Only the lines below between the ones containing "v 6.902 -6.404 1.27" and "v -8.109 2.501 0.34", inclusive, are to be reproduced, each exactly as it stands.

BEGIN DATASET ENTRIES

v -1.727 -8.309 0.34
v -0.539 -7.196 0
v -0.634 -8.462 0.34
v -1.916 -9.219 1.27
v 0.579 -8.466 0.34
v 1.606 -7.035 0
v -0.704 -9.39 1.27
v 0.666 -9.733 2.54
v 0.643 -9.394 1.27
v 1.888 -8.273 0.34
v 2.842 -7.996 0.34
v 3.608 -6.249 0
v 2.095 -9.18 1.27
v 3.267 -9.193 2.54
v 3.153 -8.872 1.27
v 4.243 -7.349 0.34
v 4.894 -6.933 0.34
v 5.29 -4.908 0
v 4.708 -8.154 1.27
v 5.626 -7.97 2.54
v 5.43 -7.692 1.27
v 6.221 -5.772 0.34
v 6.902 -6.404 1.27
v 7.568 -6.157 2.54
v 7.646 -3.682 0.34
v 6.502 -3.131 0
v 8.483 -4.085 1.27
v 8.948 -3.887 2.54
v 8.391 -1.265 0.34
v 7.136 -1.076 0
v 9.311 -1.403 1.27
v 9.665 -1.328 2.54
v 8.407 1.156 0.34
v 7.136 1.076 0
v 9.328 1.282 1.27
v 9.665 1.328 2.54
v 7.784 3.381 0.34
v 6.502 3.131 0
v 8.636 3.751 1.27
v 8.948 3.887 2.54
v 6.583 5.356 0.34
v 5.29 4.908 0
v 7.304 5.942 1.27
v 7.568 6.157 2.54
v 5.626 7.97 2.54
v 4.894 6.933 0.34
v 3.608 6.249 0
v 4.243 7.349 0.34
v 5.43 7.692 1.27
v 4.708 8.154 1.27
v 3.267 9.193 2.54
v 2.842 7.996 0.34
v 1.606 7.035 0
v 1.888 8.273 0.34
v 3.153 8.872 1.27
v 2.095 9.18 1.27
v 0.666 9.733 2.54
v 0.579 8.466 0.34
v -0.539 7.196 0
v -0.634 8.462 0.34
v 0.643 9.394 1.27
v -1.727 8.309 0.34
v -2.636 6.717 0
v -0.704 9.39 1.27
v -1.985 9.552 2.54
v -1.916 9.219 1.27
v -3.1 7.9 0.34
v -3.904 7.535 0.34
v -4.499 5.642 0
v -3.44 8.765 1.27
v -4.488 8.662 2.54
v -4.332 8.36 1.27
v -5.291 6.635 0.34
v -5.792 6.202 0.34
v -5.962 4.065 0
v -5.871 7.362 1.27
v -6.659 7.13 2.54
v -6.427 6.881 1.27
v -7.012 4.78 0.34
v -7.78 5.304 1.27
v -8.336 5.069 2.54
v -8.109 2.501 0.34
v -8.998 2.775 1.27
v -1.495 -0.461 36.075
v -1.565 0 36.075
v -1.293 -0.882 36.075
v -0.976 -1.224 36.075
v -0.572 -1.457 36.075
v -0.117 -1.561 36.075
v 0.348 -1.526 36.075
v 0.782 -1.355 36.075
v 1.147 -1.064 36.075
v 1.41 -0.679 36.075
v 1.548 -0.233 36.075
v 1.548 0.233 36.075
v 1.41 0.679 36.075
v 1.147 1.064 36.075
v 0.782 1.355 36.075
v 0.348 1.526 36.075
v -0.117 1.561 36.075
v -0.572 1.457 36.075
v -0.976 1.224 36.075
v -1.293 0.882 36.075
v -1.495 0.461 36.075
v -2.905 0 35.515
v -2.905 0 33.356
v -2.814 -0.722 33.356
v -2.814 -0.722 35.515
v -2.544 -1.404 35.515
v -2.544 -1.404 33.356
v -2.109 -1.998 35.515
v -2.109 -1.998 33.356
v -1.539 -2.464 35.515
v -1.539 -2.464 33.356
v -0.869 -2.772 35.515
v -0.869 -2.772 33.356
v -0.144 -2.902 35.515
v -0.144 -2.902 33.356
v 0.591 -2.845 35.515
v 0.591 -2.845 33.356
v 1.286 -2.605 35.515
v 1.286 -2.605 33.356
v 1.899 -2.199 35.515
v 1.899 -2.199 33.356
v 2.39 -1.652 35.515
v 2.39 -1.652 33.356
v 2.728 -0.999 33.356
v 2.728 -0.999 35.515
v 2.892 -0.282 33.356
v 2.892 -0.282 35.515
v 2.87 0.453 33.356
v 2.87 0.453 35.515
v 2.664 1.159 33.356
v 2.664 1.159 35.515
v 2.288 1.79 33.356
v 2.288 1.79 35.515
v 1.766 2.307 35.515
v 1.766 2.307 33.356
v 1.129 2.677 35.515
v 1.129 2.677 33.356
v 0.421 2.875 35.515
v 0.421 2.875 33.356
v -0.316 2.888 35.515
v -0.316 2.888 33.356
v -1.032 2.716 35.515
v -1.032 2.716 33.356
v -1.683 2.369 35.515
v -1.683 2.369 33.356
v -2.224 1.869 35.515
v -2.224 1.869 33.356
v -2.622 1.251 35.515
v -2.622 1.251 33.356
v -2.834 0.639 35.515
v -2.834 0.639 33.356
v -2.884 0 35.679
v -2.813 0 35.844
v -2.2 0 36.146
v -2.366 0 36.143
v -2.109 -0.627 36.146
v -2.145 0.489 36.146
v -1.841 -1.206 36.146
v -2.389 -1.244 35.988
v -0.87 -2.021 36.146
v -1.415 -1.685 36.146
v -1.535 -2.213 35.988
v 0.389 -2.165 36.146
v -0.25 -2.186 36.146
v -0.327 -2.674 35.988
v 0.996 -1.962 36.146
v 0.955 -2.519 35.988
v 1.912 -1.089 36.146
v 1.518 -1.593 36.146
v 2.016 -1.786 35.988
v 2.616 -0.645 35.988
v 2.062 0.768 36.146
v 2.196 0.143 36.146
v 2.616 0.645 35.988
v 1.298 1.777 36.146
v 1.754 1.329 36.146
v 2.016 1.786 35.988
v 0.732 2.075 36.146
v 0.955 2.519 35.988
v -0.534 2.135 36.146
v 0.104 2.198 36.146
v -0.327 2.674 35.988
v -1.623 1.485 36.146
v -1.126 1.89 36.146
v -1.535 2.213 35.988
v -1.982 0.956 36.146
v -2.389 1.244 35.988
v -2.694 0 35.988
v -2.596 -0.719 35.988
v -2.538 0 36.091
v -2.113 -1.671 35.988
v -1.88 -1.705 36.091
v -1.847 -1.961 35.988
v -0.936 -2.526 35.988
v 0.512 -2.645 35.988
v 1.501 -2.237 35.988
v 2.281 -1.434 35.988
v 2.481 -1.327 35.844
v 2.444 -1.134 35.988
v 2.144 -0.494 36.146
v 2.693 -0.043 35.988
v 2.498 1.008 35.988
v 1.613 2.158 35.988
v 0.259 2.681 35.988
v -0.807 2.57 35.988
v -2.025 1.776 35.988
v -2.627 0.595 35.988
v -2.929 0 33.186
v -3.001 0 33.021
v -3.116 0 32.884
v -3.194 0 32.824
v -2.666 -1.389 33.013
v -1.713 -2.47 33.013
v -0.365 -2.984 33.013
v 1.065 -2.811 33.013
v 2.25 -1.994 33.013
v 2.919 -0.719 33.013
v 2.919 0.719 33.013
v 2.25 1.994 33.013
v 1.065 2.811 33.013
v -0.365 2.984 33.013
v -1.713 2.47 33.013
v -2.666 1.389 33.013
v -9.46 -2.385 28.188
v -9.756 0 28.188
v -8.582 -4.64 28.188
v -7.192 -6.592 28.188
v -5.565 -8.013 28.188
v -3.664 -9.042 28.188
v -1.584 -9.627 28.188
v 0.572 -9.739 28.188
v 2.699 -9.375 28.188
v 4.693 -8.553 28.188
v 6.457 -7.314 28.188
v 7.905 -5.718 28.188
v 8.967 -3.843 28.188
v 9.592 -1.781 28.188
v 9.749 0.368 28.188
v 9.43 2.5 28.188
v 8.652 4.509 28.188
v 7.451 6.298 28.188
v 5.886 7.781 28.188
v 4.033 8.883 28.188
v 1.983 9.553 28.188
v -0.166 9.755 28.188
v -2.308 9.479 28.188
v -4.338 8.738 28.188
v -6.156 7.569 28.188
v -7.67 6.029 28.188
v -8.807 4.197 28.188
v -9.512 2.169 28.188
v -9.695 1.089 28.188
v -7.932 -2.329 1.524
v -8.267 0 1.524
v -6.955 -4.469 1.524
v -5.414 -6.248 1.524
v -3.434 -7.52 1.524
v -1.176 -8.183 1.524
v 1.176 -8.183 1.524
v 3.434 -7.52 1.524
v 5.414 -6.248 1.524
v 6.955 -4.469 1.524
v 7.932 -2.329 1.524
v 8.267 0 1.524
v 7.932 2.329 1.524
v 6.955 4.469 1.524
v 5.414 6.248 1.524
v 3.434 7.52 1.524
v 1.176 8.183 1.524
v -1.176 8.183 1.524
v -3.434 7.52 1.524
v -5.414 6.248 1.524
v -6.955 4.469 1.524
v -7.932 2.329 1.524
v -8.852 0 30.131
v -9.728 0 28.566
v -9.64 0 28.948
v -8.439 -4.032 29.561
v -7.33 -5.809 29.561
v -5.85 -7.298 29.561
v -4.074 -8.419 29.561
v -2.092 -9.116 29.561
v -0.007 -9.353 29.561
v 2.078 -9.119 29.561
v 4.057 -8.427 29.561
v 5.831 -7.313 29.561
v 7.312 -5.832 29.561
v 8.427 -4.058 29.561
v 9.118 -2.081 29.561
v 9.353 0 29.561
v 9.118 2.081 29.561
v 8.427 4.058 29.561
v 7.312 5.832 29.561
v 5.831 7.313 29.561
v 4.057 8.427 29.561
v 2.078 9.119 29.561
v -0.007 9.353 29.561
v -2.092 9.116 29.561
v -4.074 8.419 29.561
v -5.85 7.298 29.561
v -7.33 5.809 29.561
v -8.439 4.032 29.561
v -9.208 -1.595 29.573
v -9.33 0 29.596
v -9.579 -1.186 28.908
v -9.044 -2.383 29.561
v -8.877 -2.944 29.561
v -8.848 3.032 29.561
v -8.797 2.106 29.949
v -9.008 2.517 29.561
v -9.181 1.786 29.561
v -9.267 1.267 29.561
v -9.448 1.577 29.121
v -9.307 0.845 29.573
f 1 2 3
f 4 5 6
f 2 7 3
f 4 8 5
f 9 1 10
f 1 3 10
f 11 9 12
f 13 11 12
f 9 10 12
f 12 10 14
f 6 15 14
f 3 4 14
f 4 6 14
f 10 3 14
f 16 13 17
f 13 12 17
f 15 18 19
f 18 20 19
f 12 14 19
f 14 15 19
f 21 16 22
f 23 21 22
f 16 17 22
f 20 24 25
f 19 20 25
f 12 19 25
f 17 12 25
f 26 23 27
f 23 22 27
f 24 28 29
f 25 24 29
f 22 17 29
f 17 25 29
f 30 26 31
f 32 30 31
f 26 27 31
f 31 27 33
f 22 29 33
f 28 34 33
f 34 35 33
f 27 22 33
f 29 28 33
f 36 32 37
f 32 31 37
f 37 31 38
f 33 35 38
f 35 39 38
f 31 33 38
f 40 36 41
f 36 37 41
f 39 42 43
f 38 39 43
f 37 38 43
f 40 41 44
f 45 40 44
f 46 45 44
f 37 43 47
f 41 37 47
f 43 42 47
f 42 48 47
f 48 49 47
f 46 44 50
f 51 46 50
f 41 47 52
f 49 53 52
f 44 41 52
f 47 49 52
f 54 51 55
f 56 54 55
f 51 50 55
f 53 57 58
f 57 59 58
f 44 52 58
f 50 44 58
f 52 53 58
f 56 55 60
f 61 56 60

END DATASET ENTRIES

● **RESPONSE AREA**
v 6.902 -6.404 1.27
v 7.568 -6.157 2.54
v 7.646 -3.682 0.34
v 6.502 -3.131 0
v 8.483 -4.085 1.27
v 8.948 -3.887 2.54
v 8.391 -1.265 0.34
v 7.136 -1.076 0
v 9.311 -1.403 1.27
v 9.665 -1.328 2.54
v 8.407 1.156 0.34
v 7.136 1.076 0
v 9.328 1.282 1.27
v 9.665 1.328 2.54
v 7.784 3.381 0.34
v 6.502 3.131 0
v 8.636 3.751 1.27
v 8.948 3.887 2.54
v 6.583 5.356 0.34
v 5.29 4.908 0
v 7.304 5.942 1.27
v 7.568 6.157 2.54
v 5.626 7.97 2.54
v 4.894 6.933 0.34
v 3.608 6.249 0
v 4.243 7.349 0.34
v 5.43 7.692 1.27
v 4.708 8.154 1.27
v 3.267 9.193 2.54
v 2.842 7.996 0.34
v 1.606 7.035 0
v 1.888 8.273 0.34
v 3.153 8.872 1.27
v 2.095 9.18 1.27
v 0.666 9.733 2.54
v 0.579 8.466 0.34
v -0.539 7.196 0
v -0.634 8.462 0.34
v 0.643 9.394 1.27
v -1.727 8.309 0.34
v -2.636 6.717 0
v -0.704 9.39 1.27
v -1.985 9.552 2.54
v -1.916 9.219 1.27
v -3.1 7.9 0.34
v -3.904 7.535 0.34
v -4.499 5.642 0
v -3.44 8.765 1.27
v -4.488 8.662 2.54
v -4.332 8.36 1.27
v -5.291 6.635 0.34
v -5.792 6.202 0.34
v -5.962 4.065 0
v -5.871 7.362 1.27
v -6.659 7.13 2.54
v -6.427 6.881 1.27
v -7.012 4.78 0.34
v -7.78 5.304 1.27
v -8.336 5.069 2.54
v -8.109 2.501 0.34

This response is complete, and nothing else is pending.